About this task:
Look below for the line that contains "#5=PRODUCT_DEFINITION_CONTEXT('',#1,'design');", then copy it and each following line exactly, through and including the line that contains "#31=LINE('',#29,#18);".

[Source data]
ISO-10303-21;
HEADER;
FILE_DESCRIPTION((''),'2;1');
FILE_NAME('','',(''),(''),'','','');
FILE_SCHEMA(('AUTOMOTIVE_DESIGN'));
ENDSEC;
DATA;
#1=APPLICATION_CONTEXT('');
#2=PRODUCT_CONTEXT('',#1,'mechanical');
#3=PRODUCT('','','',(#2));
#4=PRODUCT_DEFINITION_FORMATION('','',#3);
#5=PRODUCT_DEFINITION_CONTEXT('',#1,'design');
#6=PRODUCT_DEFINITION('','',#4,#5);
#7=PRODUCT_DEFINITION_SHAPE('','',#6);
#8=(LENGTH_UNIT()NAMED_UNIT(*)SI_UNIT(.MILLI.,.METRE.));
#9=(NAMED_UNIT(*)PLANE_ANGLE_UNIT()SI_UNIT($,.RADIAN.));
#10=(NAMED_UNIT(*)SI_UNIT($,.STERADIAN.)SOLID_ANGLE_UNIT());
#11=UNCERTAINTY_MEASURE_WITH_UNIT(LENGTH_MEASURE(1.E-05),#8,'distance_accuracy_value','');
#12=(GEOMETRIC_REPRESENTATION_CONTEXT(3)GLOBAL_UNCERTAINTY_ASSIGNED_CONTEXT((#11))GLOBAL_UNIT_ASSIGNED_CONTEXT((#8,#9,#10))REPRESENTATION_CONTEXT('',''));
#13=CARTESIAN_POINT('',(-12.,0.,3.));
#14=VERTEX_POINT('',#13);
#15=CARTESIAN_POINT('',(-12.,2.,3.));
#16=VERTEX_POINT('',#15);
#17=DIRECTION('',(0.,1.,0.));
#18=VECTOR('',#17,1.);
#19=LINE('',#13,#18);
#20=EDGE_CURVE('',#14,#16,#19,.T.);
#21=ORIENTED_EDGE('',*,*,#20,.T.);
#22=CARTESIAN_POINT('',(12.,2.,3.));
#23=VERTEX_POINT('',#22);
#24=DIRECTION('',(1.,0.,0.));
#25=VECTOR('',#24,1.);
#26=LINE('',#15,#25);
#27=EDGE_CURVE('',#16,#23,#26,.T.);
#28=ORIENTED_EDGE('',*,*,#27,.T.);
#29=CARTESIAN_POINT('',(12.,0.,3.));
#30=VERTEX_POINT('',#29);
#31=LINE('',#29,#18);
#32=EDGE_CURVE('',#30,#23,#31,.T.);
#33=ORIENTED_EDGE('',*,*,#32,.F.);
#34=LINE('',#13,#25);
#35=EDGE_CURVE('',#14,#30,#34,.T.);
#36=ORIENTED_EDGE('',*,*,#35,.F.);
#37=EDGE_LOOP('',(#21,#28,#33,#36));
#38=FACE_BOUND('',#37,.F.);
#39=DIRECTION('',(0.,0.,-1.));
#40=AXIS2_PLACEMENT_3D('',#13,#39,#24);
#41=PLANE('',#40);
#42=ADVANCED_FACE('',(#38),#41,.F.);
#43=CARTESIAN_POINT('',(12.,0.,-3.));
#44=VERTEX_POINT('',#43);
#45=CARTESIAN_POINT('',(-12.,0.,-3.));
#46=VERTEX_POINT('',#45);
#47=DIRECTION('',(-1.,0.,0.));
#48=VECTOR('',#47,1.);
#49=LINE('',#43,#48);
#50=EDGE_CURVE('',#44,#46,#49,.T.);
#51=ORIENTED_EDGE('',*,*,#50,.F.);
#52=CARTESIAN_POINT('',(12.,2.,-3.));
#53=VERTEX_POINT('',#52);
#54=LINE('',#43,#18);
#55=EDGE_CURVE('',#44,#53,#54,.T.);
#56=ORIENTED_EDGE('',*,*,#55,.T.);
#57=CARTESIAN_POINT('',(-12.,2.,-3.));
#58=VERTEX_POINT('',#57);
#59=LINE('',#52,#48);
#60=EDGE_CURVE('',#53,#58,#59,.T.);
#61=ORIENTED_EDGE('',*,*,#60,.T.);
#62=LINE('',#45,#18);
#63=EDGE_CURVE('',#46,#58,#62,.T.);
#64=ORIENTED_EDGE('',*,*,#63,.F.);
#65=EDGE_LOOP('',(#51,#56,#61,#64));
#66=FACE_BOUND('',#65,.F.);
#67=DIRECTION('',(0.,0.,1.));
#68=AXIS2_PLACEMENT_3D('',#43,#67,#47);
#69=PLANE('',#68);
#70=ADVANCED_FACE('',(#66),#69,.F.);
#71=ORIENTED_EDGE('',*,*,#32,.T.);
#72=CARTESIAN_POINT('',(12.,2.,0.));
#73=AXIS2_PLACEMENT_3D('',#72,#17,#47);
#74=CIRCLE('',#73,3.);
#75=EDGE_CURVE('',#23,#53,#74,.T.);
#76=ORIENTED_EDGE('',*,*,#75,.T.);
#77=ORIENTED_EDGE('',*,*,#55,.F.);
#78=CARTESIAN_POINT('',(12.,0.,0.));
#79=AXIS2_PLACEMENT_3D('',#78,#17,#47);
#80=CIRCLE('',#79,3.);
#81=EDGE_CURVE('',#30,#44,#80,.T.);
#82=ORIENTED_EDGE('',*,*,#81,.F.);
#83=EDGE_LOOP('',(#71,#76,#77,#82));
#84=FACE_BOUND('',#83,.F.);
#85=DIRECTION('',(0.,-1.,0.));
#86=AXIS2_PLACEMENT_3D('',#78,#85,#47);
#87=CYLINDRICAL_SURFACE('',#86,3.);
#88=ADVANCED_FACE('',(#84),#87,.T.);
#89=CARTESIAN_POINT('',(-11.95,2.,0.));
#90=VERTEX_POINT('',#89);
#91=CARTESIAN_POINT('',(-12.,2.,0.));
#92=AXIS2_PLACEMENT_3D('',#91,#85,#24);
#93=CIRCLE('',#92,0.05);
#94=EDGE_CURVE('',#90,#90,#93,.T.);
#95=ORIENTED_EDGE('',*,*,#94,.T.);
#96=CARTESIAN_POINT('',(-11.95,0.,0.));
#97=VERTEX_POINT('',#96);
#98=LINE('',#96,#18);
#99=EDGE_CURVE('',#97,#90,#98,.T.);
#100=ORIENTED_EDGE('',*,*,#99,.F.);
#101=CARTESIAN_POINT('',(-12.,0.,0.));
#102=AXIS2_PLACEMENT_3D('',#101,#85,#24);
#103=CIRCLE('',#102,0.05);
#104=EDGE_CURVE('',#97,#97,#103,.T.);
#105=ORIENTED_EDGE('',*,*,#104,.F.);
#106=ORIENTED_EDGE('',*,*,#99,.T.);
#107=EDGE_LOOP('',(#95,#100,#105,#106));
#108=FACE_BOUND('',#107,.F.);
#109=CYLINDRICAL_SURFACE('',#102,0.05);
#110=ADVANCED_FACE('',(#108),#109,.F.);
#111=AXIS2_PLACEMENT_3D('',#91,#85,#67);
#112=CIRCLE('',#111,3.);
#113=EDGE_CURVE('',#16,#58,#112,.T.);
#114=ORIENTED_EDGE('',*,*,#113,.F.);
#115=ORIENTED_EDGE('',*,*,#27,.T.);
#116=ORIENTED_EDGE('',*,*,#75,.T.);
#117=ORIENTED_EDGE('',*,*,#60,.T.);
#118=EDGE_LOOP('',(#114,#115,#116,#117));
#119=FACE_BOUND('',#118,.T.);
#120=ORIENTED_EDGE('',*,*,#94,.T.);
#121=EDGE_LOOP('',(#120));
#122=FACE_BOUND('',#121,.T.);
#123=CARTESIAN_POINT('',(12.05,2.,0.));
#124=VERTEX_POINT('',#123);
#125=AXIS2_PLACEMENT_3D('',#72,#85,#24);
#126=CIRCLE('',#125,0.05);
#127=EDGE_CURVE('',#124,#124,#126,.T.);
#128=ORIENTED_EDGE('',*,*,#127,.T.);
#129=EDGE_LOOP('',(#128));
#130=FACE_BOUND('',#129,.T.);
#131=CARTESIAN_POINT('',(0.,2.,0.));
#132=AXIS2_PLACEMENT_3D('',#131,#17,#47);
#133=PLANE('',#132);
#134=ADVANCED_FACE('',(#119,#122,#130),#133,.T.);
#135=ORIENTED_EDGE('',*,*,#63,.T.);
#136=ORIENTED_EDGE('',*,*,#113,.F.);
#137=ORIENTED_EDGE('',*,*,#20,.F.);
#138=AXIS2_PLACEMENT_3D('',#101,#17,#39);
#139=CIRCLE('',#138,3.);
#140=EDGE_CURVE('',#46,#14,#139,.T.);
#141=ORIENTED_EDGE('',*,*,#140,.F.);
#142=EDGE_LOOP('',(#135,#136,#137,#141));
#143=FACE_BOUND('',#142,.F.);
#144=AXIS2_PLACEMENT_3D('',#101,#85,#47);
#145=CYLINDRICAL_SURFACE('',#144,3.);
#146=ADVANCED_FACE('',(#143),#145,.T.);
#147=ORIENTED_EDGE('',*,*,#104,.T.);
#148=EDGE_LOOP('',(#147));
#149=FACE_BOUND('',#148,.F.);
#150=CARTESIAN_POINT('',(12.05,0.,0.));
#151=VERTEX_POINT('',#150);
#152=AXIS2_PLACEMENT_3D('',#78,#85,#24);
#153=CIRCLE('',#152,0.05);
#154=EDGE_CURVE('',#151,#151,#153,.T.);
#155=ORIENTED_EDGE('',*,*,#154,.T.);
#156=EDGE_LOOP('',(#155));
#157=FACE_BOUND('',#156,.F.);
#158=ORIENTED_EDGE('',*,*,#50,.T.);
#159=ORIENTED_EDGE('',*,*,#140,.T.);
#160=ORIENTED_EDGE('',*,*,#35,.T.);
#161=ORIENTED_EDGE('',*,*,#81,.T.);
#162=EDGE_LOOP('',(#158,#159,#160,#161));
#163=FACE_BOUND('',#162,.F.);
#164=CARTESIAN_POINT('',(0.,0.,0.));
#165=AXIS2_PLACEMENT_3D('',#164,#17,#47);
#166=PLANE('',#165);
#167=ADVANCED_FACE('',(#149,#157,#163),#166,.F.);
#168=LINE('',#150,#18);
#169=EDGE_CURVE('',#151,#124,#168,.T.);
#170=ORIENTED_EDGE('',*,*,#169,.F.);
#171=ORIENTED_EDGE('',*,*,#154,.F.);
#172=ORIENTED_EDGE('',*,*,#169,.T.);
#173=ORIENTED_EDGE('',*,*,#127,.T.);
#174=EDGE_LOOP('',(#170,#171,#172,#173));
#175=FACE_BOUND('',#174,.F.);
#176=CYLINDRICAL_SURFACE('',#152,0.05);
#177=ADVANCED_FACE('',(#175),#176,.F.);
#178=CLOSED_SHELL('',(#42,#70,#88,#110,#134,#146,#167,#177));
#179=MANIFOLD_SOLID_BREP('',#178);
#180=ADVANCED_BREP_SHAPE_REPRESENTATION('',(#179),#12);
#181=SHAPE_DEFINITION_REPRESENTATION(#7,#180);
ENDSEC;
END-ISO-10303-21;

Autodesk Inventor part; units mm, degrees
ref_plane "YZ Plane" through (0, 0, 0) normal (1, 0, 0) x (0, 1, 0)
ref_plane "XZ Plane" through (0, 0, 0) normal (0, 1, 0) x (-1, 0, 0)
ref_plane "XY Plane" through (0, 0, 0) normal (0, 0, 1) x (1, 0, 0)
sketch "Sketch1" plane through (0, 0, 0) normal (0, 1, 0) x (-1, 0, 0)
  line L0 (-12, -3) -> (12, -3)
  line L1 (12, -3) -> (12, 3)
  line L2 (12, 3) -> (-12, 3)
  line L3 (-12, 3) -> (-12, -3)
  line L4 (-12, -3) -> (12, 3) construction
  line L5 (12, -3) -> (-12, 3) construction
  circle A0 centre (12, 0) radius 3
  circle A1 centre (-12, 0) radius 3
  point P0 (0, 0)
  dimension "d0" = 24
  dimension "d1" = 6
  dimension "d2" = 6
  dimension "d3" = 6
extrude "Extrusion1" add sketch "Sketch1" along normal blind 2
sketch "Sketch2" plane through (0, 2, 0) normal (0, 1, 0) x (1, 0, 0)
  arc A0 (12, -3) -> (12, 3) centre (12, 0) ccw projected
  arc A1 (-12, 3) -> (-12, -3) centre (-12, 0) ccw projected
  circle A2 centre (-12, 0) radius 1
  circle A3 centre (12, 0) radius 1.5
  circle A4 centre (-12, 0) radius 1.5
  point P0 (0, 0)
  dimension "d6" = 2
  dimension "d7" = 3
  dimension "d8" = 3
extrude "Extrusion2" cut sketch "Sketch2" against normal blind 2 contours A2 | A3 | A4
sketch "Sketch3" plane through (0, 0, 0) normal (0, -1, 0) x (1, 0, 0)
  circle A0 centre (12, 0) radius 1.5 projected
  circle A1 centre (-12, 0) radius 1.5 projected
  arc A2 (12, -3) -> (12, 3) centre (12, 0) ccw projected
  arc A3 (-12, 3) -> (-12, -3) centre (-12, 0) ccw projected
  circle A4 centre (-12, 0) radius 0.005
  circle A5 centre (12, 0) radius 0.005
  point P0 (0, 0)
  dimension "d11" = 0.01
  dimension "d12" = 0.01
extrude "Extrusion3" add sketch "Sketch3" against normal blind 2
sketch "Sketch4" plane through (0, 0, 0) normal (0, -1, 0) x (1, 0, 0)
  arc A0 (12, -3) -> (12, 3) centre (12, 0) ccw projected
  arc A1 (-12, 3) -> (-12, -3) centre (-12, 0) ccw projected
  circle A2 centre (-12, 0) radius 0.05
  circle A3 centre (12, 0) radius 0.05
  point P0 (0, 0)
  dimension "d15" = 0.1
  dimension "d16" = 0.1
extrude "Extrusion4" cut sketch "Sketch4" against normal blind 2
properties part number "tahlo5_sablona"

Exercise response:
#5=PRODUCT_DEFINITION_CONTEXT('',#1,'design');
#6=PRODUCT_DEFINITION('','',#4,#5);
#7=PRODUCT_DEFINITION_SHAPE('','',#6);
#8=(LENGTH_UNIT()NAMED_UNIT(*)SI_UNIT(.MILLI.,.METRE.));
#9=(NAMED_UNIT(*)PLANE_ANGLE_UNIT()SI_UNIT($,.RADIAN.));
#10=(NAMED_UNIT(*)SI_UNIT($,.STERADIAN.)SOLID_ANGLE_UNIT());
#11=UNCERTAINTY_MEASURE_WITH_UNIT(LENGTH_MEASURE(1.E-05),#8,'distance_accuracy_value','');
#12=(GEOMETRIC_REPRESENTATION_CONTEXT(3)GLOBAL_UNCERTAINTY_ASSIGNED_CONTEXT((#11))GLOBAL_UNIT_ASSIGNED_CONTEXT((#8,#9,#10))REPRESENTATION_CONTEXT('',''));
#13=CARTESIAN_POINT('',(-12.,0.,3.));
#14=VERTEX_POINT('',#13);
#15=CARTESIAN_POINT('',(-12.,2.,3.));
#16=VERTEX_POINT('',#15);
#17=DIRECTION('',(0.,1.,0.));
#18=VECTOR('',#17,1.);
#19=LINE('',#13,#18);
#20=EDGE_CURVE('',#14,#16,#19,.T.);
#21=ORIENTED_EDGE('',*,*,#20,.T.);
#22=CARTESIAN_POINT('',(12.,2.,3.));
#23=VERTEX_POINT('',#22);
#24=DIRECTION('',(1.,0.,0.));
#25=VECTOR('',#24,1.);
#26=LINE('',#15,#25);
#27=EDGE_CURVE('',#16,#23,#26,.T.);
#28=ORIENTED_EDGE('',*,*,#27,.T.);
#29=CARTESIAN_POINT('',(12.,0.,3.));
#30=VERTEX_POINT('',#29);
#31=LINE('',#29,#18);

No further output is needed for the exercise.